An insistence here that we really must rebuild the IMF and the World Bank to, well, to do something. The something being that the current system is all just too free market. It leverages private money, doesn’t pay due care and attention to how it all ought to work, producing investment and cash flows for and from governments:
But like every crisis of the Trump era, this sordid affair is an excellent opportunity to mobilize around an entirely new vision for the Bretton Woods institutions – to push for radical reforms that would put the resources of the World Bank and the IMF in the service of the many, rather than lubricating the wheels of global finance in the interest of the very few.
Well, if it is the few benefiting from the current system then sure, we’d want to change that.
Rather than supporting governments and prosperity, the World Bank and the IMF led the so-called Washington consensus: an orchestrated campaign of mass privatization, austerity and financial deregulation. “There are virtually no limits on what can be privatized,” wrote Mary Shirley, the chief of the public sector management and private sector development division, in 1992.
There’s the assumption being made.
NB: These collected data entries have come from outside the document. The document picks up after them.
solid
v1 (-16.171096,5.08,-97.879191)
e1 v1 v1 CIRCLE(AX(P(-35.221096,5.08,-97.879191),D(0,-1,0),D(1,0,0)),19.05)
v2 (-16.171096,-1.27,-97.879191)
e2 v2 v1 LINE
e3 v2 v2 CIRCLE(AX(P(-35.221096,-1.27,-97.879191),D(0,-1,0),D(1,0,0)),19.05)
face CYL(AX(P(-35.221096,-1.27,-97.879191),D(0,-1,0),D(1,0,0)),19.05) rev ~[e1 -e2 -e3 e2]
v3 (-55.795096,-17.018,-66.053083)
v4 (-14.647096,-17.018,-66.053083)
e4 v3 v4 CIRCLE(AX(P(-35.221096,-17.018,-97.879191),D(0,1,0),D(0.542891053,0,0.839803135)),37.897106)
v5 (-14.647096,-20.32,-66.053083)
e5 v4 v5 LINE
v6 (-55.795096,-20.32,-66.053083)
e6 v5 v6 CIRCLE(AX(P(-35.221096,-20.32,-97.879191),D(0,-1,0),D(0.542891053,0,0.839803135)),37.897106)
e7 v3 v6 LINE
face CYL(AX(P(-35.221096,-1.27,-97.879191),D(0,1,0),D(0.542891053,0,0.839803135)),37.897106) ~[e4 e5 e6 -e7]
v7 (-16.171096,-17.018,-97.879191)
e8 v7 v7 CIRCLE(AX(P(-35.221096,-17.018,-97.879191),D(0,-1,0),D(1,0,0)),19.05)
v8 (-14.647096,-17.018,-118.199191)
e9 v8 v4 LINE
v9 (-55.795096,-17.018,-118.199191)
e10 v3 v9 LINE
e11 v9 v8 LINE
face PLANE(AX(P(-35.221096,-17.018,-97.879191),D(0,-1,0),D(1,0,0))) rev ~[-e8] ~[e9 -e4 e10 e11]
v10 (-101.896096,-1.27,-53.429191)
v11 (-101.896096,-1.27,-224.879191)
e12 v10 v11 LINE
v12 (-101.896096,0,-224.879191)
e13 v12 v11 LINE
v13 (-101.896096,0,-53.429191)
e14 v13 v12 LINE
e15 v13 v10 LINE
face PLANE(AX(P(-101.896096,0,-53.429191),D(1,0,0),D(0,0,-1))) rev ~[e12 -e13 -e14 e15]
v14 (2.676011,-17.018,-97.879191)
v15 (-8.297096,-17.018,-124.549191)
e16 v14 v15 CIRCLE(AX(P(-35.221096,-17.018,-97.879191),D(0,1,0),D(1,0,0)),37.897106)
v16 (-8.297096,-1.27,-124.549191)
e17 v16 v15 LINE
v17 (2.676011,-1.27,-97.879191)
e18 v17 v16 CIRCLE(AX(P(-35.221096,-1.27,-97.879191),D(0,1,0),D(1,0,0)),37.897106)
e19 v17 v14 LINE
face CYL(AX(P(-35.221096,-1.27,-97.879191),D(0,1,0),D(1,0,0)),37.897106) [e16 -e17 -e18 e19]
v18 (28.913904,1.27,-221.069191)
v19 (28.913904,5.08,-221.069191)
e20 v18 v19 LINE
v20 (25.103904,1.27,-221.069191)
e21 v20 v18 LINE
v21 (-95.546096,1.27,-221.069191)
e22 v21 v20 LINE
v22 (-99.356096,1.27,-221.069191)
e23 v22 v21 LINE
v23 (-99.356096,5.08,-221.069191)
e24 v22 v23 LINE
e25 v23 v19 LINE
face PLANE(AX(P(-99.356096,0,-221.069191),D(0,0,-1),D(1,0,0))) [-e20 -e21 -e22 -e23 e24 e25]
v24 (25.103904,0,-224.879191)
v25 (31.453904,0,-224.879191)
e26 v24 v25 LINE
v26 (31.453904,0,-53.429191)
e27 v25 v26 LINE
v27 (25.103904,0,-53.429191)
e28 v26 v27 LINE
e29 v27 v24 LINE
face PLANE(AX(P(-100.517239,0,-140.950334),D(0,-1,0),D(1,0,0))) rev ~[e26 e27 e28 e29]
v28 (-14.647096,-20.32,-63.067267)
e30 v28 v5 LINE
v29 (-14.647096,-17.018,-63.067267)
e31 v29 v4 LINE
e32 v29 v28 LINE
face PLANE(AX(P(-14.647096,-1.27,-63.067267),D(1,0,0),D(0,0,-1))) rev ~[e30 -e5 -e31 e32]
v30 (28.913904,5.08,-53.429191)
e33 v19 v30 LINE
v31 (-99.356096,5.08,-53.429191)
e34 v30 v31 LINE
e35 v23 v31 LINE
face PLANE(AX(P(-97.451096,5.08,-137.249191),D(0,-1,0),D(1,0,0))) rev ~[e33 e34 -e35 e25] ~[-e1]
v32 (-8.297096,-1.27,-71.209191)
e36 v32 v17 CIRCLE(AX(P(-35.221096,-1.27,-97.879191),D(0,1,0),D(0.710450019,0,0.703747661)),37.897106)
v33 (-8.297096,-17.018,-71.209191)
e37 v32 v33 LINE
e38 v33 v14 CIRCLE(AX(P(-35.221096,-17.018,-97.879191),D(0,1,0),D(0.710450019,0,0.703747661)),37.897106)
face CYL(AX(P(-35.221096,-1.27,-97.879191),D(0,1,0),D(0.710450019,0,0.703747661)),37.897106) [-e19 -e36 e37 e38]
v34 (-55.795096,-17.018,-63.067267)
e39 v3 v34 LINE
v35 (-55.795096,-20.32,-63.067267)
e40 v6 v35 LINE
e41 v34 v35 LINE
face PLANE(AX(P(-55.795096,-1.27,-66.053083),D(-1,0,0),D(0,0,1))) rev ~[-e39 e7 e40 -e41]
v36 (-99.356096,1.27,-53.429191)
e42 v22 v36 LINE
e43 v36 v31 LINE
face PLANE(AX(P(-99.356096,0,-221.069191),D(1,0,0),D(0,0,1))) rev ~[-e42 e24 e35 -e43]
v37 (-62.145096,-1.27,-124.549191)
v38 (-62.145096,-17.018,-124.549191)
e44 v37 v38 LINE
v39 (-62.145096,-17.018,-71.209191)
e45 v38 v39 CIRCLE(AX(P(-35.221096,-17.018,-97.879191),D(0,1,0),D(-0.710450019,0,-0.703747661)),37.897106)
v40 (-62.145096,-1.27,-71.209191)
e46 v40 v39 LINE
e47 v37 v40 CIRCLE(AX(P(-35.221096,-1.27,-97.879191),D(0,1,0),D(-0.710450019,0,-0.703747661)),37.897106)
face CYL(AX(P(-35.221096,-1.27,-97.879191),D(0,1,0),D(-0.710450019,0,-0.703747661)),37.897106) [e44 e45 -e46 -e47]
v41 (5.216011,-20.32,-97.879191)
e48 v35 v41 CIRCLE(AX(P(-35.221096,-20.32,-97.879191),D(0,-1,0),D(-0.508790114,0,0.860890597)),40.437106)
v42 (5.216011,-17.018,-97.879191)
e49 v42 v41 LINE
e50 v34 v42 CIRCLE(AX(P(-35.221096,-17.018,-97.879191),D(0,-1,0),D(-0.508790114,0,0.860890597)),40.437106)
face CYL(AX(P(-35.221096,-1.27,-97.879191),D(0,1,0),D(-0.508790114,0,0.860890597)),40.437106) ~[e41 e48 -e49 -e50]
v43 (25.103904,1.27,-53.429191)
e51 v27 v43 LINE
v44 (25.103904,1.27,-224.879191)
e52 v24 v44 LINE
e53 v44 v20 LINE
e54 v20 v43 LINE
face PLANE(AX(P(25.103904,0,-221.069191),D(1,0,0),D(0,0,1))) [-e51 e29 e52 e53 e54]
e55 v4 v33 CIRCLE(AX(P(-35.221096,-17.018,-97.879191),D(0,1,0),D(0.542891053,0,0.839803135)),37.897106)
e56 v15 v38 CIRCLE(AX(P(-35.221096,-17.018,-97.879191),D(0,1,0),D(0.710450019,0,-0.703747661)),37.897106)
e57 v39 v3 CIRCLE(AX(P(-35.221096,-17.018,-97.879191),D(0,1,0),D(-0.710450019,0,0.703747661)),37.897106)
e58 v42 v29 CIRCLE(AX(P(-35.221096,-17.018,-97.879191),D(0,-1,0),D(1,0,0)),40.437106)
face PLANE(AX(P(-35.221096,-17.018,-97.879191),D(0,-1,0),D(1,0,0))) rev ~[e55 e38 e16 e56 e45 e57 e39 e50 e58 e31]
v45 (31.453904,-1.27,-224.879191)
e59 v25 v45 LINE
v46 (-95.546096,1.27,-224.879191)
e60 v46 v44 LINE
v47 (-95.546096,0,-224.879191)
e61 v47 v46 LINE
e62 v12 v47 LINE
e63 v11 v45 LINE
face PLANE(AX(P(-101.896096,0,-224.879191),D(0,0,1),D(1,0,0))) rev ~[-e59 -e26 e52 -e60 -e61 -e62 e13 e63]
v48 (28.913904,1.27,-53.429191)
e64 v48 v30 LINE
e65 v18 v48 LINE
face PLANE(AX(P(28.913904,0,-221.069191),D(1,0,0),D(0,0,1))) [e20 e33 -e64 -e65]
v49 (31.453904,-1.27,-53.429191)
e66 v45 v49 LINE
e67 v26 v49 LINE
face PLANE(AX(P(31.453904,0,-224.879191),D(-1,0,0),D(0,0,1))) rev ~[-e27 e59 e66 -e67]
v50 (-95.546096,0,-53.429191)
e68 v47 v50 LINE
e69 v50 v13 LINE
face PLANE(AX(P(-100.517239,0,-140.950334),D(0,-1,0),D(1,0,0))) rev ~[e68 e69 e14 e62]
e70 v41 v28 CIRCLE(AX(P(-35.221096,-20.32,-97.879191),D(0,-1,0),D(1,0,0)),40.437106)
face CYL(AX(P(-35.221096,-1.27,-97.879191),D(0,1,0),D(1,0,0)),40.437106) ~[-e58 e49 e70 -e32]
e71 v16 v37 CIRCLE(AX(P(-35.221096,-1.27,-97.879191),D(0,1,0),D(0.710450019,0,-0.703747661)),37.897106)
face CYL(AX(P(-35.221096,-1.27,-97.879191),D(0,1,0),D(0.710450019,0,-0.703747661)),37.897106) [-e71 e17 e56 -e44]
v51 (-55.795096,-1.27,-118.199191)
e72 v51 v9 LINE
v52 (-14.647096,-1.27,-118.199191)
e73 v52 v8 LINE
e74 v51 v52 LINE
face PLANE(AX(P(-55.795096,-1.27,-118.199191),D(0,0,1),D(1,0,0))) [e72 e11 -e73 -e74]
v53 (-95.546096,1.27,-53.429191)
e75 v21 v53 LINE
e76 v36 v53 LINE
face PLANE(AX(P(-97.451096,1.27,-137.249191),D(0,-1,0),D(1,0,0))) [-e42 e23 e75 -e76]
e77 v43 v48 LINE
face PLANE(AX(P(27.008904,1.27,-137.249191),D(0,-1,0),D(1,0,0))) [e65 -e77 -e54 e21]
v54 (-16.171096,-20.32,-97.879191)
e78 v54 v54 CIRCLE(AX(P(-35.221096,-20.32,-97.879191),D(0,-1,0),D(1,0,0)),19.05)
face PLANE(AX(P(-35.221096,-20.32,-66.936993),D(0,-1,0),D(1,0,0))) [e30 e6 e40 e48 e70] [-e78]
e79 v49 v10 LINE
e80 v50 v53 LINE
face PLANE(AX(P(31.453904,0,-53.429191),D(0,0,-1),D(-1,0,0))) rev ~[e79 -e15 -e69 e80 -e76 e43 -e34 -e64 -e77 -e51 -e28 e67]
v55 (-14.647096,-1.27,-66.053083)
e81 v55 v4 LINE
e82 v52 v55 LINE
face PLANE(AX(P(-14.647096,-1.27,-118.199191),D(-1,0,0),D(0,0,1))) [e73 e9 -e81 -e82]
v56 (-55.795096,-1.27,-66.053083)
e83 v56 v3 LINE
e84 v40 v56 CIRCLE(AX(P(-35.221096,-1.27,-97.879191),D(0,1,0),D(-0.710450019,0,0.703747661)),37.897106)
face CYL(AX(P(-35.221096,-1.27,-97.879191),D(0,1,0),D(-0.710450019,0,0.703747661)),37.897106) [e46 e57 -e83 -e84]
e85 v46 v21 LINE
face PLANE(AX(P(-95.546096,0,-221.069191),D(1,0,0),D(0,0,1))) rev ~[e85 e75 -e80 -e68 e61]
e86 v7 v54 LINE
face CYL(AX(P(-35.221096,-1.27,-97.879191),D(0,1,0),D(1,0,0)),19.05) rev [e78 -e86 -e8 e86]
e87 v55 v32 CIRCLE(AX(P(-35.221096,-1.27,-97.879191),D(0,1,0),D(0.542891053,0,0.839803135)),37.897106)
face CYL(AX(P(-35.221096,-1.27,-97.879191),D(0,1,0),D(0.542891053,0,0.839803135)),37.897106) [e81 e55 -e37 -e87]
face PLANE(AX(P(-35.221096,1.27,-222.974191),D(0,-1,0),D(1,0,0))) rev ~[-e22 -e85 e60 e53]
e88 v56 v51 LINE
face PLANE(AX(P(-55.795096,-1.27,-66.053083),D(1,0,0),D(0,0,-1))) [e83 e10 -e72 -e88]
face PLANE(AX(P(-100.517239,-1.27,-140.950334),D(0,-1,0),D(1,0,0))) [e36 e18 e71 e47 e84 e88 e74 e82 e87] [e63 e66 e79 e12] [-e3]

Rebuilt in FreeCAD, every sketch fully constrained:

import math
import FreeCAD as App
import Part
import Sketcher

V = App.Vector
Q = App.Units.Quantity

doc = App.newDocument("Part")
body = doc.addObject("PartDesign::Body", "Body")

# Sketch on XZ plane
sketch1 = body.newObject("Sketcher::SketchObject", "Sketch")
sketch1.AttachmentSupport = (doc.getObject("XZ_Plane"), [""])
sketch1.MapMode = "FlatFace"
sketch1.addGeometry(Part.LineSegment(V(-99.356096, -53.429191, 0), V(-99.356096, -221.069191, 0)), False)
sketch1.addGeometry(Part.LineSegment(V(-99.356096, -221.069191, 0), V(28.913904, -221.069191, 0)), False)
sketch1.addGeometry(Part.LineSegment(V(28.913904, -221.069191, 0), V(28.913904, -53.429191, 0)), False)
sketch1.addGeometry(Part.LineSegment(V(28.913904, -53.429191, 0), V(-99.356096, -53.429191, 0)), False)
sketch1.addConstraint(Sketcher.Constraint("Coincident", 0, 2, 1, 1))
sketch1.addConstraint(Sketcher.Constraint("Coincident", 1, 2, 2, 1))
sketch1.addConstraint(Sketcher.Constraint("Coincident", 2, 2, 3, 1))
sketch1.addConstraint(Sketcher.Constraint("Coincident", 3, 2, 0, 1))
sketch1.addConstraint(Sketcher.Constraint("Vertical", 0))
sketch1.addConstraint(Sketcher.Constraint("Horizontal", 1))
sketch1.addConstraint(Sketcher.Constraint("Vertical", 2))
sketch1.addConstraint(Sketcher.Constraint("Horizontal", 3))
sketch1.addConstraint(Sketcher.Constraint("DistanceY", 0, 2, 0, 1, Q("6.6 in")))
sketch1.addConstraint(Sketcher.Constraint("DistanceX", 1, 1, 1, 2, Q("5.05 in")))
sketch1.addConstraint(Sketcher.Constraint("DistanceY", 0, 2, -1, 1, Q("221.069191 mm")))
sketch1.addConstraint(Sketcher.Constraint("DistanceX", 0, 2, -1, 1, Q("99.356096 mm")))
pad1 = body.newObject("PartDesign::Pad", "Pad")
pad1.Profile = sketch1
pad1.Length = Q("0.2 in")
pad1.Reversed = True

# Sketch on XZ plane
sketch2 = body.newObject("Sketcher::SketchObject", "Sketch001")
sketch2.AttachmentSupport = (doc.getObject("XZ_Plane"), [""])
sketch2.MapMode = "FlatFace"
sketch2.addGeometry(Part.LineSegment(V(-95.546096, -221.069191, 0), V(-95.546096, -224.879191, 0)), False)
sketch2.addGeometry(Part.LineSegment(V(-95.546096, -224.879191, 0), V(25.103904, -224.879191, 0)), False)
sketch2.addGeometry(Part.LineSegment(V(25.103904, -224.879191, 0), V(25.103904, -221.069191, 0)), False)
sketch2.addGeometry(Part.LineSegment(V(25.103904, -221.069191, 0), V(-95.546096, -221.069191, 0)), False)
sketch2.addConstraint(Sketcher.Constraint("Coincident", 0, 2, 1, 1))
sketch2.addConstraint(Sketcher.Constraint("Coincident", 1, 2, 2, 1))
sketch2.addConstraint(Sketcher.Constraint("Coincident", 2, 2, 3, 1))
sketch2.addConstraint(Sketcher.Constraint("Coincident", 3, 2, 0, 1))
sketch2.addConstraint(Sketcher.Constraint("Vertical", 0))
sketch2.addConstraint(Sketcher.Constraint("Horizontal", 1))
sketch2.addConstraint(Sketcher.Constraint("Vertical", 2))
sketch2.addConstraint(Sketcher.Constraint("Horizontal", 3))
sketch2.addConstraint(Sketcher.Constraint("DistanceX", 1, 1, 1, 2, Q("4.75 in")))
sketch2.addConstraint(Sketcher.Constraint("DistanceY", 0, 2, 0, 1, Q("0.15 in")))
sketch2.addConstraint(Sketcher.Constraint("DistanceY", 0, 2, -1, 1, Q("224.879191 mm")))
sketch2.addConstraint(Sketcher.Constraint("DistanceX", 0, 2, -1, 1, Q("95.546096 mm")))
pad2 = body.newObject("PartDesign::Pad", "Pad001")
pad2.Profile = sketch2
pad2.Length = Q("0.05 in")
pad2.Reversed = True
That supporting governments and supporting prosperity are the same thing. They aren’t but they could be correlated, certainly. That’s an empirical question, not a result we can assume.
Here’s an idea: build a new Bretton Woods and fund the International Green New Deal by simply mobilizing idle savings via a linkup between the revamped World Bank and the new IMF.
The IMF can become the issuer of a digital currency unit in which all international payments are denominated, countries can retain their currencies (that will float freely against the IMF’s unit), and a wealth fund can be built by depositing in it currency units in proportion to every country’s trade deficits and surpluses.
Meanwhile, backed by the IMF’s capacity to issue the world currency unit, the World Bank can crowd idle savings from across the world into green investments, reclaiming its soul after decades of investing in environmental destruction and human displacement.
Rebuild that system as it was and should have been before that dreadful irruption of neoliberalism in the 80s and 90s. Back to government to government and state led development through the official channels.
But the question is, would this work? The answer being no, for it is to fail to ask why we stopped doing this in the first place. The answer to that being that this private sector neoliberalism has led to the greatest reduction in absolute poverty in the history of our species. The Washington Consensus, that list of stupid things you shouldn’t do to an economy, it worked.
Why would we want to reject what works in order to go back to what didn’t?